[RECORDED INFORMATION — start]

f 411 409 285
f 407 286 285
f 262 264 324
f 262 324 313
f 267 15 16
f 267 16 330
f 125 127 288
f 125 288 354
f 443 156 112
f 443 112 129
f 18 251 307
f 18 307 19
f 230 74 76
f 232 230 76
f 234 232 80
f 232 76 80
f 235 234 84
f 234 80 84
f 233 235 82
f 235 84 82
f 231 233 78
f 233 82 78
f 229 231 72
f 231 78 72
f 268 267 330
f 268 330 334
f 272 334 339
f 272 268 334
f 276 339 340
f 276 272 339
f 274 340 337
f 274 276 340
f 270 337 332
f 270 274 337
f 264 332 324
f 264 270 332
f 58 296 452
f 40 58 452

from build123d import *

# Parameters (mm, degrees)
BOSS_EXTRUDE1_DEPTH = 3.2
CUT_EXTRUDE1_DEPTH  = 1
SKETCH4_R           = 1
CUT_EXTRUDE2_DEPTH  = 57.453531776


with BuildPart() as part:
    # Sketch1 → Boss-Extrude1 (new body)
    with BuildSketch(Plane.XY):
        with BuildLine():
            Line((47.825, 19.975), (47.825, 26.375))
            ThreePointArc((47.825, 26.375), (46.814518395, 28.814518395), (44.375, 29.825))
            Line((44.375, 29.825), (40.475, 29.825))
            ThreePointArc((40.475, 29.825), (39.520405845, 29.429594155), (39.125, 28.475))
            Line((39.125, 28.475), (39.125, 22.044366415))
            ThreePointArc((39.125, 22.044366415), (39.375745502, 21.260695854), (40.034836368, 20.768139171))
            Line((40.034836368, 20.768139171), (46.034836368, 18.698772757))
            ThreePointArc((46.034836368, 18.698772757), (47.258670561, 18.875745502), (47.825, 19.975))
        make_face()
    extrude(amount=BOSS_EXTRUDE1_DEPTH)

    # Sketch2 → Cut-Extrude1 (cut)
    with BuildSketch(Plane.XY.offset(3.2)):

[RECORDED INFORMATION — finish]

Every line from the line containing "f 231 233 78" through the line containing "make_face()" in the records above must be retyped exactly. Leave out the rest.

* [RESPONSE TO THIS TASK]:
f 231 233 78
f 233 82 78
f 229 231 72
f 231 78 72
f 268 267 330
f 268 330 334
f 272 334 339
f 272 268 334
f 276 339 340
f 276 272 339
f 274 340 337
f 274 276 340
f 270 337 332
f 270 274 337
f 264 332 324
f 264 270 332
f 58 296 452
f 40 58 452

from build123d import *

# Parameters (mm, degrees)
BOSS_EXTRUDE1_DEPTH = 3.2
CUT_EXTRUDE1_DEPTH  = 1
SKETCH4_R           = 1
CUT_EXTRUDE2_DEPTH  = 57.453531776


with BuildPart() as part:
    # Sketch1 → Boss-Extrude1 (new body)
    with BuildSketch(Plane.XY):
        with BuildLine():
            Line((47.825, 19.975), (47.825, 26.375))
            ThreePointArc((47.825, 26.375), (46.814518395, 28.814518395), (44.375, 29.825))
            Line((44.375, 29.825), (40.475, 29.825))
            ThreePointArc((40.475, 29.825), (39.520405845, 29.429594155), (39.125, 28.475))
            Line((39.125, 28.475), (39.125, 22.044366415))
            ThreePointArc((39.125, 22.044366415), (39.375745502, 21.260695854), (40.034836368, 20.768139171))
            Line((40.034836368, 20.768139171), (46.034836368, 18.698772757))
            ThreePointArc((46.034836368, 18.698772757), (47.258670561, 18.875745502), (47.825, 19.975))
        make_face()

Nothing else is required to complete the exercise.